2-Amino-4-(3-nitrophenyl)-4H-benzo[h]chromene-3-carbonitrile: νmax (KBr) 3470, 3328, 2192,1666, 1601,1525,1406,1375, 1102 cm−1; δH (400 MHz, CD3CN): 5.73 (br s, 2H, NH2), 5.09 (s,1H, CH), 7.04–8.30 (10H, Ar).
Results and discussion
Preparation and characterization of the nanostructures
The procedure for the covalent attachment of oxovanadium(IV) complex immobilized on the surface of modified Fe3O4 nanoparticles is depicted in Scheme 1. In the first step, bare Fe3O4 nanoparticles were synthesized using Fe(III) and Fe(II) salts via a co-precipitation method. Subsequently, in order to protect the Fe3O4 nanoparticles from oxidation and agglomeration, silica shell was used.
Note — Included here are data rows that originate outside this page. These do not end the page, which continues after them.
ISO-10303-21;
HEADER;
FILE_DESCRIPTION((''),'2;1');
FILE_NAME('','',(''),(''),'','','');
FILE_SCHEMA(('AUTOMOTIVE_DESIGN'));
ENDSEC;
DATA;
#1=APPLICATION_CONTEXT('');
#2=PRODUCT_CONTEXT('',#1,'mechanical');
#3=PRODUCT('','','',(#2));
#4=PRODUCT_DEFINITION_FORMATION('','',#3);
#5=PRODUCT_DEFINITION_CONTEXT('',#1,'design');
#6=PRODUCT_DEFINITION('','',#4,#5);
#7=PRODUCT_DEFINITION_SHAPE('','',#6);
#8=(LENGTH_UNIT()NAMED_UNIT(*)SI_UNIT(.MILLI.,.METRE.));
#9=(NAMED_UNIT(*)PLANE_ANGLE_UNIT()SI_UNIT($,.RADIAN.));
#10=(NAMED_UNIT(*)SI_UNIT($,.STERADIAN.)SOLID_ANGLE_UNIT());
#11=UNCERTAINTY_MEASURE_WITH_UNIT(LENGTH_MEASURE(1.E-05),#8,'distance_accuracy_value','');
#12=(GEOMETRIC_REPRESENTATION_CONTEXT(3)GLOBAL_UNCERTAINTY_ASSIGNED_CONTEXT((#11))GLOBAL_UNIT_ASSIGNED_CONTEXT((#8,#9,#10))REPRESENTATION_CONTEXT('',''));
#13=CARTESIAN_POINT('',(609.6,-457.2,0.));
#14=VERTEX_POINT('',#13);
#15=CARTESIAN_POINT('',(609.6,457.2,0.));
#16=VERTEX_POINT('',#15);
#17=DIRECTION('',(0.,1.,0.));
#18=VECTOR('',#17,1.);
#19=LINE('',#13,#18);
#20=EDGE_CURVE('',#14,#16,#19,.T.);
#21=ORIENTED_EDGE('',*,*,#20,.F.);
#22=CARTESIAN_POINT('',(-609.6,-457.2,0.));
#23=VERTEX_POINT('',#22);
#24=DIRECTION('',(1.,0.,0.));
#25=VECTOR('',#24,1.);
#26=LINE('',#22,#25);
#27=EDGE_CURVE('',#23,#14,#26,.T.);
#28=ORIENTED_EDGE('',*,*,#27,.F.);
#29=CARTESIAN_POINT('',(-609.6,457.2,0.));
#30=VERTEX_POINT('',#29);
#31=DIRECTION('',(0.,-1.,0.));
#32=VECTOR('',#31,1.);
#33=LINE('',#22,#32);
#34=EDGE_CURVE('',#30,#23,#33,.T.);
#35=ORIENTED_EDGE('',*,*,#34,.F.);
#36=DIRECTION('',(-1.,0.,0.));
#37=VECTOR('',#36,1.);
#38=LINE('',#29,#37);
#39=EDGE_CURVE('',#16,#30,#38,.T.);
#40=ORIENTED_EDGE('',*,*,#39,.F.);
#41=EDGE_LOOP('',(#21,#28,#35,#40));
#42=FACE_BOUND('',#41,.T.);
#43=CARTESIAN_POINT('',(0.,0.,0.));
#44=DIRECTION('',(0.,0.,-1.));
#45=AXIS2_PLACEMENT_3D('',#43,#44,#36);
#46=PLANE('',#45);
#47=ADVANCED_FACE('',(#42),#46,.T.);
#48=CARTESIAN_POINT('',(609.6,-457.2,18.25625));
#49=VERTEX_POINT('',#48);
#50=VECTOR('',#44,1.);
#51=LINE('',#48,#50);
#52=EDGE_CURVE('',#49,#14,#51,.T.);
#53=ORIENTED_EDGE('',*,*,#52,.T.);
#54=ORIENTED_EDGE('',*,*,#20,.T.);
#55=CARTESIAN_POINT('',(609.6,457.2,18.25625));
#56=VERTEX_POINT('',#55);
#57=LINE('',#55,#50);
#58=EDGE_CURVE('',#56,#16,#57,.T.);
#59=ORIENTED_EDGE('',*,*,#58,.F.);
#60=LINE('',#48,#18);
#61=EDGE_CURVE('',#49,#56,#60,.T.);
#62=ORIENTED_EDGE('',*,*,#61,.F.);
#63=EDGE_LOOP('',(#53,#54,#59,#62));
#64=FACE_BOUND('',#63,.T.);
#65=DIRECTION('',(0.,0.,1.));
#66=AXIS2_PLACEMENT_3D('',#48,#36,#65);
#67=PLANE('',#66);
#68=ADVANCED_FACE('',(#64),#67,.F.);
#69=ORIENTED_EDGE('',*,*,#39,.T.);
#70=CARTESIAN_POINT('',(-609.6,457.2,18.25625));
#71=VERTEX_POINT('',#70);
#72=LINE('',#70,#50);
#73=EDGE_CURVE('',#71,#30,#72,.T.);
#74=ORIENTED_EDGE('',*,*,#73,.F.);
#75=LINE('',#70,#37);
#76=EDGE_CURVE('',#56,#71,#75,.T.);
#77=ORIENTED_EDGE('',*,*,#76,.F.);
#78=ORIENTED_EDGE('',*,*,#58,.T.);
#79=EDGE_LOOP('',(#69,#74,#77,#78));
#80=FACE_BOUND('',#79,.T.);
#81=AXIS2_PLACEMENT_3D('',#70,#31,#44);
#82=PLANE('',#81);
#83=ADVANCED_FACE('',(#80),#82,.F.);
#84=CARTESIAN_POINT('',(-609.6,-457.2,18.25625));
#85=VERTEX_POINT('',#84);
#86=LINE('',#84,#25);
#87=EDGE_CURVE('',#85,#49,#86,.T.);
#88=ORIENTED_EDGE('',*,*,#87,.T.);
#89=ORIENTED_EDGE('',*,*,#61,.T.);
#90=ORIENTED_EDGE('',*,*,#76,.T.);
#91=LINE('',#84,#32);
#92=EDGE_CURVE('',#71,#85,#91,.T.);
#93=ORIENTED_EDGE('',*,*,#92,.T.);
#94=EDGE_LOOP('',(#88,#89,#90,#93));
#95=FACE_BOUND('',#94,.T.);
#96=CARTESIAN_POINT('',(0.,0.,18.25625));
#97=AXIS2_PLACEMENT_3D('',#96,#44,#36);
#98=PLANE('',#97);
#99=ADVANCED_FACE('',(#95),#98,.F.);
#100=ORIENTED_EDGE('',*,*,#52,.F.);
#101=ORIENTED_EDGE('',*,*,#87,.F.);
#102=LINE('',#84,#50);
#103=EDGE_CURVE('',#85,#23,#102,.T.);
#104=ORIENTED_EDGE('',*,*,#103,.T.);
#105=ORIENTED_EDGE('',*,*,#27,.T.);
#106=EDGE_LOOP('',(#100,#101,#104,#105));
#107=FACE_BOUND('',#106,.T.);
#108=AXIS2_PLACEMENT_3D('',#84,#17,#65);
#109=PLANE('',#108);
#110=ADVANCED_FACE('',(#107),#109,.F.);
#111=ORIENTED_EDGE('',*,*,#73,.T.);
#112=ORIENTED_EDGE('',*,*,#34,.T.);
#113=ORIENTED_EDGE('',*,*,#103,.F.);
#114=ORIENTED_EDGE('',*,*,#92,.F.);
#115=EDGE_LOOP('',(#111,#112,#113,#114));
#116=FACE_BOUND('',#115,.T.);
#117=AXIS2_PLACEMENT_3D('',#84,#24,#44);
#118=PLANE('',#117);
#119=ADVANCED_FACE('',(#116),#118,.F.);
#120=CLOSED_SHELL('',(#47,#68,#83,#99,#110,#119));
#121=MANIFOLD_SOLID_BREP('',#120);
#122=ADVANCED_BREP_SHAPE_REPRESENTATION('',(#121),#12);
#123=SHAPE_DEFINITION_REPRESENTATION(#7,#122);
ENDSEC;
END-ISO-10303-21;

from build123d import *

# Parameters (mm, degrees)
SKETCH1_W           = 1219.2
SKETCH1_H           = 914.4
BOSS_EXTRUDE1_DEPTH = 18.25625


with BuildPart() as part:
    # Sketch1 → Boss-Extrude1 (new body)
    with BuildSketch(Plane.XY):
        Rectangle(SKETCH1_W, SKETCH1_H)
    extrude(amount=BOSS_EXTRUDE1_DEPTH)


solid = part.part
Then, modified Fe3O4 nanoparticles with a silica shell were functionalized with 3-aminopropyltriethoxysilane (APTES). Finally, VO(acac)2 was reacted with functionalized Fe3O4 nanoparticles to obtain Fe3O4@SiO2@VO as nanocatalyst.
Preparation process of Fe3O4@SiO2@VO as nanocatalyst
The structural features of the prepared nanostructures were characterized by FT-IR, TGA, XRD, EDX, SEM, ICP-AES and VSM.
The FT-IR spectra of the nanostructures are shown in Fig. 1. In the FT-IR spectrum of the Fe3O4 (Fig. 1a), an intense broad band characteristic of the Fe–O at 578 cm−1 is observed. The broad band appearing around 3390 cm−1 is ascribed to O–H stretching of FeOH groups or adsorbed water of the magnetic surface. In the spectrum of Fe3O4@SiO2 peaks at 577, 800 and 1089 cm−1 is assigned to the stretching mode of Fe–O, symmetric Si–O–Si and asymmetric Si–O–Si. These peaks have been indicated the formation of a silica layer on Fe3O4 nanoparticles (Fig. 1b). The FT-IR spectrum of Fe3O4@SiO2-amine (Fig. 1c) shows a peak at 584 cm−1 assigned to Fe–O stretching vibration and bands at 799 and 1082 cm−1 are attributed to the symmetric and asymmetric of Si–O–Si, respectively. The presence of C–H vibration band at 2924 cm−1 confirmed the anchored APTES group on the surface of the silica. In the FT-IR spectrum of the Fe3O4@SiO2@VO peaks at 581, 1093, 1630 and 2931 cm−1 are observed, which are due to Fe–O, Si–O–Si, C=N and –CH2 group vibrations.
FT-IR spectra for Fe3O4 (a), Fe3O4@SiO2 (b), Fe3O4@SiO2-amine (c) and Fe3O4@SiO2@VO (d)
Fig. 2 shows the powder XRD patterns of Fe3O4, Fe3O4@SiO2 and Fe3O4@SiO2@VO. In the XRD pattern of Fe3O4 (Fig. 2a) observes six characteristic peaks at 2θ of 30.2°, 35.5°, 43.2°, 53.6°, 57.1°, and 62.7°, which is correspond to (220), (311), (400), (422), (511), and (440) reflections, respectively. These results were in agreement with standard data (JCPDS Card No. 19-629) and reveal that the Fe3O4 nanoparticles have inverse cubic spinel structured without impurity phases. The XRD pattern of Fe3O4@SiO2 (Fig. 2b) reveals the same diffraction peaks to that of Fe3O4 nanoparticles. However, the observed broad peak about 2 = \(\theta\)20°–24° can be attributed to existence of amorphous silica. Compared with XRD pattern of Fe3O4 (Fig. 2a), almost no additional peaks are observed in XRD pattern of Fe3O4@SiO2@VO (Fig. 2c) and just a slight decrease in the intensity of the diffraction peaks is observed. According to the obtained results, the comparison of Fig. 2a–c shows that the characteristic peaks of Fe3O4 nanoparticles did not change after coating with silica and grafting of metal complex.
XRD pattern for Fe3O4 (a), Fe3O4@SiO2 (b) and the Fe3O4@SiO2@VO (c)
To investigate the morphology and sizes of the prepared nanostructure, SEM images were studied (Fig. 3). As it can be seen in Fig. 3a, Fe3O4 nanoparticles have approximately spherical morphology. The morphology of the nanocatalyst was also observed by FE-SEM, which contains a fairly uniform spherical shape and narrow size distributions (Fig. 3b). It is obvious that nanocatalyst still has the morphological features of the support except for a slightly larger particle size.
SEM images of Fe3O4 (a) and Fe3O4@SiO2@VO (b)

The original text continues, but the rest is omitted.